# Am I using beco butterfly 2 wrong? Would ergo be better?



## hasya (Jun 27, 2010)

Hello all, I have a 6 mo. old daughter. On Saturday, I purchased a beco butterfly II, mainly because of the pouch like thing in which baby sits and also, it felt like I couldn't even tell that she was in it in the store model. We came home in the organic cotton version and boy, it feels so miserable in the front carry. I am only 5'3", and the waist band keeps interfering with my legs movement, the straps are too close to my underarms (I have tried to tighten and loosen it; moved the chest clip up and down, tightened, loosened it, tightened, loosened waist band, raised, lowered it), and I don't feel like it is heavy but there is something distinctly uncomfortable. We tried the ergo on too, but I was sold on the longer body of the beco, thinking that it'll last us for longer.

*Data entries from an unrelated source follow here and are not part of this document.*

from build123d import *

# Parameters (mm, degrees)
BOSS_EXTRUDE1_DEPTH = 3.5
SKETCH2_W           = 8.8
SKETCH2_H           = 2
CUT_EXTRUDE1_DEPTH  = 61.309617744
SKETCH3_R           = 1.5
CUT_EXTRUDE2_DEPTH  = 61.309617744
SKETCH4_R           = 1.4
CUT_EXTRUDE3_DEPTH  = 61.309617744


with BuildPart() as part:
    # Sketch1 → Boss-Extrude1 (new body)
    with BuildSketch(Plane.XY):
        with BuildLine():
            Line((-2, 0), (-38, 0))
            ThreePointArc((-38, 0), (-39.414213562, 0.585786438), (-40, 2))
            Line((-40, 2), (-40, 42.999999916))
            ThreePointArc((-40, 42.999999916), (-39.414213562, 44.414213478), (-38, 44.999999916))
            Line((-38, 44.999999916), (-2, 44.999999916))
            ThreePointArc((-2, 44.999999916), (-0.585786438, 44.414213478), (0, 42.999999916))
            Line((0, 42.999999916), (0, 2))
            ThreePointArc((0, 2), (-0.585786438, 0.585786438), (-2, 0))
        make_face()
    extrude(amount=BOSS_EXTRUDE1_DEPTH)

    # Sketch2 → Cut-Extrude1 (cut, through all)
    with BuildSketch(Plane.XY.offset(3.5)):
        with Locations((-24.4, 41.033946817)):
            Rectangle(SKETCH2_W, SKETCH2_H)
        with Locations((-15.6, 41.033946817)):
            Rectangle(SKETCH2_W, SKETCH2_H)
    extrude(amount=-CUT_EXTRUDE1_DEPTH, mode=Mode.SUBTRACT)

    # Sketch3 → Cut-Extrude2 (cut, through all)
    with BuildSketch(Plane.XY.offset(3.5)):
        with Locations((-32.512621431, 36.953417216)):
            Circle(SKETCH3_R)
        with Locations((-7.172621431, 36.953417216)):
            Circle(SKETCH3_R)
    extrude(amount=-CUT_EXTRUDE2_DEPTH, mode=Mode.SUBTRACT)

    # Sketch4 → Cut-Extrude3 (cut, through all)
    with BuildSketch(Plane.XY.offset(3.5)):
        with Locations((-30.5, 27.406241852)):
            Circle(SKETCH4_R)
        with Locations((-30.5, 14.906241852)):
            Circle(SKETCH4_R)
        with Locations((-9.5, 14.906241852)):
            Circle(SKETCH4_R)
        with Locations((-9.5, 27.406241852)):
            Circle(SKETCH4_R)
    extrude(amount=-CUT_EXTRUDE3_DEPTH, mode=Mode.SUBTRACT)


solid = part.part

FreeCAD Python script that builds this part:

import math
import FreeCAD as App
import Part
import Sketcher

V = App.Vector


def add_polygon(sketch, points):
    """Adds a closed chain of lines whose ends are joined by coincident constraints."""
    first, n = sketch.GeometryCount, len(points)
    for a, b in zip(points, points[1:] + points[:1]):
        sketch.addGeometry(Part.LineSegment(App.Vector(*a, 0), App.Vector(*b, 0)), False)
    for i in range(n):
        sketch.addConstraint(Sketcher.Constraint("Coincident", first + i, 2, first + (i + 1) % n, 1))

doc = App.newDocument("Part")
body = doc.addObject("PartDesign::Body", "Body")

# Sketch on XY plane
sketch1 = doc.addObject("Sketcher::SketchObject", "Sketch")
body.addObject(sketch1)
sketch1.AttachmentSupport = (doc.XY_Plane, [""])
sketch1.MapMode = "FlatFace"
sketch1.addGeometry([
    Part.LineSegment(V(-38, 0, 0), V(-2, 0, 0)),  # 0
    Part.ArcOfCircle(Part.Circle(V(-2, 2, 0), V(0, 0, 1), 2), math.radians(-90), math.radians(0)),  # 1
    Part.LineSegment(V(0, 2, 0), V(0, 43, 0)),  # 2
    Part.ArcOfCircle(Part.Circle(V(-2, 43, 0), V(0, 0, 1), 2), math.radians(0), math.radians(90)),  # 3
    Part.LineSegment(V(-2, 45, 0), V(-38, 45, 0)),  # 4
    Part.ArcOfCircle(Part.Circle(V(-38, 43, 0), V(0, 0, 1), 2), math.radians(90), math.radians(180)),  # 5
    Part.LineSegment(V(-40, 43, 0), V(-40, 2, 0)),  # 6
    Part.ArcOfCircle(Part.Circle(V(-38, 2, 0), V(0, 0, 1), 2), math.radians(-180), math.radians(-90)),  # 7
], False)
sketch1.addConstraint([
    Sketcher.Constraint("Tangent", 0, 2, 1, 1),
    Sketcher.Constraint("Tangent", 1, 2, 2, 1),
    Sketcher.Constraint("Tangent", 2, 2, 3, 1),
    Sketcher.Constraint("Tangent", 3, 2, 4, 1),
    Sketcher.Constraint("Tangent", 4, 2, 5, 1),
    Sketcher.Constraint("Tangent", 5, 2, 6, 1),
    Sketcher.Constraint("Tangent", 6, 2, 7, 1),
    Sketcher.Constraint("Tangent", 7, 2, 0, 1),
    Sketcher.Constraint("Horizontal", 0),
    Sketcher.Constraint("Vertical", 2),
    Sketcher.Constraint("Horizontal", 4),
    Sketcher.Constraint("Vertical", 6),
    Sketcher.Constraint("Equal", 1, 3),
    Sketcher.Constraint("Equal", 3, 5),
    Sketcher.Constraint("Equal", 5, 7),
    Sketcher.Constraint("PointOnObject", 0, 2, -1),
    Sketcher.Constraint("PointOnObject", 1, 2, -2),
    Sketcher.Constraint("Radius", 1, 2.0),
    Sketcher.Constraint("DistanceX", 0, 1, 0, 2, 36.0),
    Sketcher.Constraint("DistanceY", 2, 1, 2, 2, 41.0),
])
pad1 = doc.addObject("PartDesign::Pad", "Pad")
body.addObject(pad1)
pad1.Profile = sketch1
pad1.Length = 3.5

# Sketch on XY plane
sketch2 = doc.addObject("Sketcher::SketchObject", "Sketch001")
body.addObject(sketch2)
sketch2.AttachmentSupport = (doc.XY_Plane, [""])
sketch2.MapMode = "FlatFace"
sketch2.AttachmentOffset = App.Placement(V(0, 0, 3.5), App.Rotation())
add_polygon(sketch2, [(-28.8, 42), (-28.8, 40), (-11.2, 40), (-11.2, 42)])  # lines 0-3
sketch2.addConstraint([
    Sketcher.Constraint("Vertical", 0),
    Sketcher.Constraint("Horizontal", 1),
    Sketcher.Constraint("Vertical", 2),
    Sketcher.Constraint("Horizontal", 3),
    Sketcher.Constraint("DistanceY", 0, 2, 0, 1, 2.0),
    Sketcher.Constraint("DistanceX", 1, 1, 1, 2, 17.6),
    Sketcher.Constraint("DistanceX", 0, 2, -1, 1, 28.8),
    Sketcher.Constraint("DistanceY", -1, 1, 0, 2, 40.033947),
])
pocket1 = doc.addObject("PartDesign::Pocket", "Pocket")
body.addObject(pocket1)
pocket1.Profile = sketch2
pocket1.Type = "ThroughAll"

# Sketch on XY plane
sketch3 = doc.addObject("Sketcher::SketchObject", "Sketch002")
body.addObject(sketch3)
sketch3.AttachmentSupport = (doc.XY_Plane, [""])
sketch3.MapMode = "FlatFace"
sketch3.AttachmentOffset = App.Placement(V(0, 0, 3.5), App.Rotation())
sketch3.addGeometry([
    Part.Circle(V(-32.5, 37, 0), V(0, 0, 1), 1.5),
    Part.Circle(V(-7.2, 37, 0), V(0, 0, 1), 1.5),
], False)
sketch3.addConstraint([
    Sketcher.Constraint("Equal", 0, 1),
    Sketcher.Constraint("Horizontal", 0, 3, 1, 3),
    Sketcher.Constraint("Diameter", 0, 3.0),
    Sketcher.Constraint("DistanceX", 0, 3, 1, 3, 25.34),
    Sketcher.Constraint("DistanceX", 0, 3, -1, 1, 32.512621),
    Sketcher.Constraint("DistanceY", -1, 1, 0, 3, 36.953417),
])
pocket2 = doc.addObject("PartDesign::Pocket", "Pocket001")
body.addObject(pocket2)
pocket2.Profile = sketch3
pocket2.Type = "ThroughAll"

# Sketch on XY plane
sketch4 = doc.addObject("Sketcher::SketchObject", "Sketch003")
body.addObject(sketch4)
sketch4.AttachmentSupport = (doc.XY_Plane, [""])
sketch4.MapMode = "FlatFace"
sketch4.AttachmentOffset = App.Placement(V(0, 0, 3.5), App.Rotation())
sketch4.addGeometry([
    Part.Circle(V(-30.5, 27.4, 0), V(0, 0, 1), 1.4),
    Part.Circle(V(-30.5, 14.9, 0), V(0, 0, 1), 1.4),
    Part.Circle(V(-9.5, 14.9, 0), V(0, 0, 1), 1.4),
    Part.Circle(V(-9.5, 27.4, 0), V(0, 0, 1), 1.4),
], False)
sketch4.addConstraint([
    Sketcher.Constraint("Equal", 0, 1),
    Sketcher.Constraint("Equal", 1, 2),
    Sketcher.Constraint("Equal", 2, 3),
    Sketcher.Constraint("Horizontal", 1, 3, 2, 3),
    Sketcher.Constraint("Horizontal", 0, 3, 3, 3),
    Sketcher.Constraint("Vertical", 0, 3, 1, 3),
    Sketcher.Constraint("Vertical", 2, 3, 3, 3),
    Sketcher.Constraint("Diameter", 0, 2.8),
    Sketcher.Constraint("DistanceX", 1, 3, 2, 3, 21.0),
    Sketcher.Constraint("DistanceX", 0, 3, -1, 1, 30.5),
    Sketcher.Constraint("DistanceY", 1, 3, 0, 3, 12.5),
    Sketcher.Constraint("DistanceY", -1, 1, 0, 3, 27.406242),
])
pocket3 = doc.addObject("PartDesign::Pocket", "Pocket002")
body.addObject(pocket3)
pocket3.Profile = sketch4
pocket3.Type = "ThroughAll"

doc.recompute()
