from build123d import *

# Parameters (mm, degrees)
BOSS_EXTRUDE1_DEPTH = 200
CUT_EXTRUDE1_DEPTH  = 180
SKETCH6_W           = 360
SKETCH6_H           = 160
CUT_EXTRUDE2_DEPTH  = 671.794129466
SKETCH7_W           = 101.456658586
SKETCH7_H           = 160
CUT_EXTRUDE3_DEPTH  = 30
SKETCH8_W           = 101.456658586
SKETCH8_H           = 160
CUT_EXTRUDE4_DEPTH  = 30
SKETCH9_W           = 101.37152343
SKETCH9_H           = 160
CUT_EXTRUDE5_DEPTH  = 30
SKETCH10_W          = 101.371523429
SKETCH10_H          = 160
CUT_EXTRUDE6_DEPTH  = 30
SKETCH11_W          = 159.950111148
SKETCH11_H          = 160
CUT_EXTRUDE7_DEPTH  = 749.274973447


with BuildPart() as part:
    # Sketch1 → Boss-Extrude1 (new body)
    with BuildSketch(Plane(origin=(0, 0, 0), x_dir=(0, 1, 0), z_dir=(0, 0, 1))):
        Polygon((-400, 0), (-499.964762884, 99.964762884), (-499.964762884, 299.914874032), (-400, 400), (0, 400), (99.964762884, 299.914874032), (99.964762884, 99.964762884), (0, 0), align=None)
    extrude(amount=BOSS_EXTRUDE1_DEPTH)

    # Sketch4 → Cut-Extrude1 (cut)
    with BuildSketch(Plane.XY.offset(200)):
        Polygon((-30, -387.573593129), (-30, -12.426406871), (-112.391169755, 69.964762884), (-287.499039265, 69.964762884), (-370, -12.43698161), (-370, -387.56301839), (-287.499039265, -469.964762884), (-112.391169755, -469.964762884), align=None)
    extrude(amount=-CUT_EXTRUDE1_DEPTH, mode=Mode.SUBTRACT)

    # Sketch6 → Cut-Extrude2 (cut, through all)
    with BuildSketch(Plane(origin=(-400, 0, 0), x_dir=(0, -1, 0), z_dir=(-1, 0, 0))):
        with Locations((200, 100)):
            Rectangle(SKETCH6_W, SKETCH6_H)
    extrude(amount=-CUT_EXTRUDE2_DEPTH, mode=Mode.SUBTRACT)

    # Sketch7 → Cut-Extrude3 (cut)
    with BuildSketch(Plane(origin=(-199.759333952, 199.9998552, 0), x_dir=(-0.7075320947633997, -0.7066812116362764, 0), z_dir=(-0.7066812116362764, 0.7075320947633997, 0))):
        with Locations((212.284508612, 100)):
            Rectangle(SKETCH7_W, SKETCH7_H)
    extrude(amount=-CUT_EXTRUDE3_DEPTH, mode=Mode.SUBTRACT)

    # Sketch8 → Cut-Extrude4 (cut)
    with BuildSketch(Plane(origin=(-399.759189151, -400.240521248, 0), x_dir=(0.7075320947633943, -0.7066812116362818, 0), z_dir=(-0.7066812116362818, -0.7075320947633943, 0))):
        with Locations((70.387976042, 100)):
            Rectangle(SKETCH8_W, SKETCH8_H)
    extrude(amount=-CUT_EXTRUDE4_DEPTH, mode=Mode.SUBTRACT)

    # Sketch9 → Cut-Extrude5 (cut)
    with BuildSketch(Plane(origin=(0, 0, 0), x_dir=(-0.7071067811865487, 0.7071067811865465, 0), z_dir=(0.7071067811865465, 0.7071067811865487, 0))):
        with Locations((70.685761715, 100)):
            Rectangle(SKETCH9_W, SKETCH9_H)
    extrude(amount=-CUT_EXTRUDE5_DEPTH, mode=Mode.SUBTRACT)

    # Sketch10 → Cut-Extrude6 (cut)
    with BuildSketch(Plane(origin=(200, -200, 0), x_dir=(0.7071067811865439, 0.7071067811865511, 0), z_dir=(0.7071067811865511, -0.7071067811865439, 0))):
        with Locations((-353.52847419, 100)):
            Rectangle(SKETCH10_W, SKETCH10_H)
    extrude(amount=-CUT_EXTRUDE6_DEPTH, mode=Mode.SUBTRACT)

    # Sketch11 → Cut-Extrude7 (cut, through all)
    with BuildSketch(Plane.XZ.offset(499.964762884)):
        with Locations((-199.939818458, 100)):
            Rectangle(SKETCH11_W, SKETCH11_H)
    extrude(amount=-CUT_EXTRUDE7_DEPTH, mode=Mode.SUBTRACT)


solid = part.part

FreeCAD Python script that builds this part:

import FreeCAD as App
import Part
import Sketcher
from FreeCAD import Vector
Q = App.Units.Quantity

doc = App.newDocument("Part")
params = doc.addObject("Spreadsheet::Sheet", "Params")
for row, (alias, value) in enumerate([
    ("sketch1_height", "400 mm"),
    ("pad1_length", "200 mm"),
    ("pocket1_length", "180 mm"),
    ("sketch3_width", "360 mm"),
    ("sketch3_height", "160 mm"),
    ("sketch4_height", "160 mm"),
    ("pocket3_length", "30 mm"),
    ("sketch5_height", "160 mm"),
    ("pocket4_length", "30 mm"),
    ("sketch6_height", "160 mm"),
    ("pocket5_length", "30 mm"),
    ("sketch7_height", "160 mm"),
    ("pocket6_length", "30 mm"),
    ("sketch8_height", "160 mm"),
], start=1):
    params.set(f"A{row}", alias)
    params.set(f"B{row}", "=" + value)
    params.setAlias(f"B{row}", alias)

body = doc.addObject("PartDesign::Body", "Body")

# Sketch on XY plane
sketch1 = body.newObject("Sketcher::SketchObject", "Sketch")
sketch1.AttachmentSupport = (doc.getObject("XY_Plane"), [""])
sketch1.MapMode = "FlatFace"
sketch1.addGeometry([
    Part.LineSegment(Vector(-100, -500, 0), Vector(0, -400, 0)),  # 0
    Part.LineSegment(Vector(0, -400, 0), Vector(0, 0, 0)),  # 1
    Part.LineSegment(Vector(0, 0, 0), Vector(-100, 100, 0)),  # 2
    Part.LineSegment(Vector(-100, 100, 0), Vector(-300, 100, 0)),  # 3
    Part.LineSegment(Vector(-300, 100, 0), Vector(-400, 0, 0)),  # 4
    Part.LineSegment(Vector(-400, 0, 0), Vector(-400, -400, 0)),  # 5
    Part.LineSegment(Vector(-400, -400, 0), Vector(-300, -500, 0)),  # 6
    Part.LineSegment(Vector(-300, -500, 0), Vector(-100, -500, 0)),  # 7
], False)
sketch1.addConstraint([
    Sketcher.Constraint("Coincident", 0, 2, 1, 1),
    Sketcher.Constraint("Coincident", 1, 2, 2, 1),
    Sketcher.Constraint("Coincident", 2, 2, 3, 1),
    Sketcher.Constraint("Coincident", 3, 2, 4, 1),
    Sketcher.Constraint("Coincident", 4, 2, 5, 1),
    Sketcher.Constraint("Coincident", 5, 2, 6, 1),
    Sketcher.Constraint("Coincident", 6, 2, 7, 1),
    Sketcher.Constraint("Coincident", 7, 2, 0, 1),
    Sketcher.Constraint("Vertical", 1),
    Sketcher.Constraint("Horizontal", 3),
    Sketcher.Constraint("Vertical", 5),
    Sketcher.Constraint("Horizontal", 7),
    Sketcher.Constraint("Coincident", 1, 2, -1, 1),
    Sketcher.Constraint("PointOnObject", 4, 2, -1),
    Sketcher.Constraint("Perpendicular", 0, 2),
    Sketcher.Constraint("Horizontal", 0, 2, 5, 2),
    Sketcher.Constraint("Vertical", 3, 2, 6, 2),
    Sketcher.Constraint("Vertical", 2, 2, 7, 2),
    Sketcher.Constraint("Equal", 0, 2),
    Sketcher.Constraint("DistanceY", 1, 1, 1, 2, Q("400 mm")),
    Sketcher.Constraint("DistanceX", 4, 2, -1, 1, Q("400 mm")),
    Sketcher.Constraint("DistanceX", 3, 2, 3, 1, Q("199.950111 mm")),
    Sketcher.Constraint("Distance", 0, Q("141.371523 mm")),
])
sketch1.setExpression("Constraints[19]", "Params.sketch1_height")
pad1 = body.newObject("PartDesign::Pad", "Pad")
pad1.Profile = sketch1
pad1.setExpression("Length", "Params.pad1_length")
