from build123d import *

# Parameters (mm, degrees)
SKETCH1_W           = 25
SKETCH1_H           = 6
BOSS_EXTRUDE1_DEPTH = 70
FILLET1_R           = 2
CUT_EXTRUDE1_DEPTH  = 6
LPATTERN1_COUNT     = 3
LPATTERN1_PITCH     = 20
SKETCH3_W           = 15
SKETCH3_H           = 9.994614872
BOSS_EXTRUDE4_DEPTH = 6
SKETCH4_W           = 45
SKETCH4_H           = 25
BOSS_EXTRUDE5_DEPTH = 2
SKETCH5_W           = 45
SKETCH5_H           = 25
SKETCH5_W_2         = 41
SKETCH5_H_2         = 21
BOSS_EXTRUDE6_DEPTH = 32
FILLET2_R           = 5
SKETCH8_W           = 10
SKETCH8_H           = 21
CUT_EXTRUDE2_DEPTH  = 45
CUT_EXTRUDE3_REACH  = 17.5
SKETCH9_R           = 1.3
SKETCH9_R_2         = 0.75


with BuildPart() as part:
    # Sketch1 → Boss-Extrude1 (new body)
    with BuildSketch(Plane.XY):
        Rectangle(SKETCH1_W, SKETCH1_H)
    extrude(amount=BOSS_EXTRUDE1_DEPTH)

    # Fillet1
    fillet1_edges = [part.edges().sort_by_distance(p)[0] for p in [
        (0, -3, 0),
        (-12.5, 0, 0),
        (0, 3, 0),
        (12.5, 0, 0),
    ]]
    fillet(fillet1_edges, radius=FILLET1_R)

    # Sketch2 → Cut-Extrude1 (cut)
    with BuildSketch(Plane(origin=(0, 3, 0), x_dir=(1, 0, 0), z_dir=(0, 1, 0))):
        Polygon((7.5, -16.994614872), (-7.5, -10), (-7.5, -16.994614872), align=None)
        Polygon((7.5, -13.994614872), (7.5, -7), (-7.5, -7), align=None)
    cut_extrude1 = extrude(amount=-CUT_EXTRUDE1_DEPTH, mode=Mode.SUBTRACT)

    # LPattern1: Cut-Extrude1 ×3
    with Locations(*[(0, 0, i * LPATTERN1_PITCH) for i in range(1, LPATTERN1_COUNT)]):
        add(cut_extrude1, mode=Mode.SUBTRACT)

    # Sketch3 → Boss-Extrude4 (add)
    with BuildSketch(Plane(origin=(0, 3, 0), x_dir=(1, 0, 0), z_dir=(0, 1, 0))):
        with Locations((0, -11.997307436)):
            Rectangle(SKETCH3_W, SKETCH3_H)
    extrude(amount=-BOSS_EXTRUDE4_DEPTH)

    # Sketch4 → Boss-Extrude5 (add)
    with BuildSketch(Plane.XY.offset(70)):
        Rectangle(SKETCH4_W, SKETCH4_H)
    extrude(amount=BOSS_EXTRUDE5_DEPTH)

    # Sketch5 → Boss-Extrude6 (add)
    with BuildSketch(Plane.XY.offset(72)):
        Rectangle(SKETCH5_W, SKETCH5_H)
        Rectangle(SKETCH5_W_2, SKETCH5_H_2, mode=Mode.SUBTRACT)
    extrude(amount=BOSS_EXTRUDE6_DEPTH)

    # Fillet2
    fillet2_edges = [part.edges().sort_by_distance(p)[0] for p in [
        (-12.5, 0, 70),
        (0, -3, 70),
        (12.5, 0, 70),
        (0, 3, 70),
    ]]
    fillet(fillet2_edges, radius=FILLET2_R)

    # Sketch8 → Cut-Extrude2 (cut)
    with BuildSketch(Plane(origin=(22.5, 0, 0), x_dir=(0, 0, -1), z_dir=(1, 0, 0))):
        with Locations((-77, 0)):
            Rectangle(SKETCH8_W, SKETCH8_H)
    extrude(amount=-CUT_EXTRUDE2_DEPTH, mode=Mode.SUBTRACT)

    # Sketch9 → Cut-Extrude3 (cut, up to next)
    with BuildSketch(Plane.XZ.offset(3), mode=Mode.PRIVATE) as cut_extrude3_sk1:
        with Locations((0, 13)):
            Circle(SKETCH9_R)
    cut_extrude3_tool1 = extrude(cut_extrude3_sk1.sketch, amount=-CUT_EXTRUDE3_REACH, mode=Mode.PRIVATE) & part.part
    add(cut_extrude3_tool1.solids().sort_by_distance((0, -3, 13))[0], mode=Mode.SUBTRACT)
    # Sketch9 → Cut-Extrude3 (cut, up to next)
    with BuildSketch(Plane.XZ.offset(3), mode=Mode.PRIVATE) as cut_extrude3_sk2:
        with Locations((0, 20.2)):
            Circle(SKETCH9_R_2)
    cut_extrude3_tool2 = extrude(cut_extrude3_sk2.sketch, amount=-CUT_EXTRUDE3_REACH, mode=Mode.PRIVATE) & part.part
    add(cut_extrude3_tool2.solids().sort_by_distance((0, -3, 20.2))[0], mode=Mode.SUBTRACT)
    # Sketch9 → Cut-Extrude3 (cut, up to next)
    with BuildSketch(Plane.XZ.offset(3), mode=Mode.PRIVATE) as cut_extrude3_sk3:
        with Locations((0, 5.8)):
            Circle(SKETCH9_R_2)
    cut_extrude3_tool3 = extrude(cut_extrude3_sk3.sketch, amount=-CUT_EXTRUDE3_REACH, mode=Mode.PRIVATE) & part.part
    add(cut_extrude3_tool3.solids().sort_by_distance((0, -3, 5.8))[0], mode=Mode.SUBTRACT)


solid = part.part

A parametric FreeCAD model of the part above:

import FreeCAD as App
import Part
import Sketcher
from FreeCAD import Vector
Q = App.Units.Quantity


def edges_at(feature, points):
    """Names of the edges that pass closest to the given points."""
    edges = feature.Shape.Edges
    near = lambda p: min(range(len(edges)), key=lambda i: edges[i].distToShape(Part.Vertex(*p))[0])
    return sorted({f"Edge{near(p) + 1}" for p in points})

doc = App.newDocument("Part")
body = doc.addObject("PartDesign::Body", "Body")

sketch1 = doc.addObject("Sketcher::SketchObject", "Sketch")
body.addObject(sketch1)
sketch1.AttachmentSupport = (doc.XY_Plane, [""])
sketch1.MapMode = "FlatFace"
sketch1.addGeometry([
    Part.LineSegment(Vector(-12.5, 3, 0), Vector(-12.5, -3, 0)),
    Part.LineSegment(Vector(-12.5, -3, 0), Vector(12.5, -3, 0)),
    Part.LineSegment(Vector(12.5, -3, 0), Vector(12.5, 3, 0)),
    Part.LineSegment(Vector(12.5, 3, 0), Vector(-12.5, 3, 0)),
], False)
sketch1.addConstraint([
    Sketcher.Constraint("Coincident", 0, 2, 1, 1),
    Sketcher.Constraint("Coincident", 1, 2, 2, 1),
    Sketcher.Constraint("Coincident", 2, 2, 3, 1),
    Sketcher.Constraint("Coincident", 3, 2, 0, 1),
    Sketcher.Constraint("Vertical", 0),
    Sketcher.Constraint("Horizontal", 1),
    Sketcher.Constraint("Vertical", 2),
    Sketcher.Constraint("Horizontal", 3),
    Sketcher.Constraint("Symmetric", 0, 2, 2, 2, -1, 1),
    Sketcher.Constraint("DistanceX", 1, 1, 1, 2, 25.0),
    Sketcher.Constraint("DistanceY", 0, 2, 0, 1, 6.0),
])
pad1 = doc.addObject("PartDesign::Pad", "Pad")
body.addObject(pad1)
pad1.Profile = sketch1
pad1.Length = 70
doc.recompute()

fillet = doc.addObject("PartDesign::Fillet", "Fillet")
body.addObject(fillet)
fillet.Base = (pad1, edges_at(pad1, [
    (0, -3, 0),
    (-12.5, 0, 0),
    (0, 3, 0),
    (12.5, 0, 0),
]))
fillet.Radius = 2

sketch2 = doc.addObject("Sketcher::SketchObject", "Sketch001")
body.addObject(sketch2)
sketch2.AttachmentSupport = (doc.XZ_Plane, [""])
sketch2.MapMode = "FlatFace"
sketch2.AttachmentOffset = App.Placement(Vector(0, 0, -3), App.Rotation())
sketch2.addGeometry([
    Part.LineSegment(Vector(7.5, 16.994615, 0), Vector(-7.5, 10, 0)),
    Part.LineSegment(Vector(-7.5, 10, 0), Vector(-7.5, 16.994615, 0)),
    Part.LineSegment(Vector(-7.5, 16.994615, 0), Vector(7.5, 16.994615, 0)),
    Part.LineSegment(Vector(7.5, 13.994615, 0), Vector(7.5, 7, 0)),
    Part.LineSegment(Vector(7.5, 7, 0), Vector(-7.5, 7, 0)),
    Part.LineSegment(Vector(-7.5, 7, 0), Vector(7.5, 13.994615, 0)),
], False)
sketch2.addConstraint([
    Sketcher.Constraint("Coincident", 0, 2, 1, 1),
    Sketcher.Constraint("Coincident", 1, 2, 2, 1),
    Sketcher.Constraint("Coincident", 2, 2, 0, 1),
    Sketcher.Constraint("Coincident", 3, 2, 4, 1),
    Sketcher.Constraint("Coincident", 4, 2, 5, 1),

DD keeps pulling back from me to look around and up into my face and that isn't helping. I used a bjorn before and it was so high that she couldn't pull away from me that far. Also, in the beco, when I sit down, she can literally go backwards far enough to be almost perpendicular to my torso or in my lap! I mainly bought it for when I go on a metro (there aren't elevators, only stairs and/or narrow escalators) or a bus, because our city mini takes up so much space on a bus. If I can't sit in it, we have a problem! Plus, she fell asleep in it today, and carrying back a Dr. Bronner's soap bottle and holding her head - I was wishing that I had never left home, like Dorothy. Also, I wish the padded portion of the straps extends further.

Am I doing something wrong? Is this a known problem? What can I do to fix it? I am planning to go back to the store sometime this week and exchanging it. But what to exchange for? They don't take returns.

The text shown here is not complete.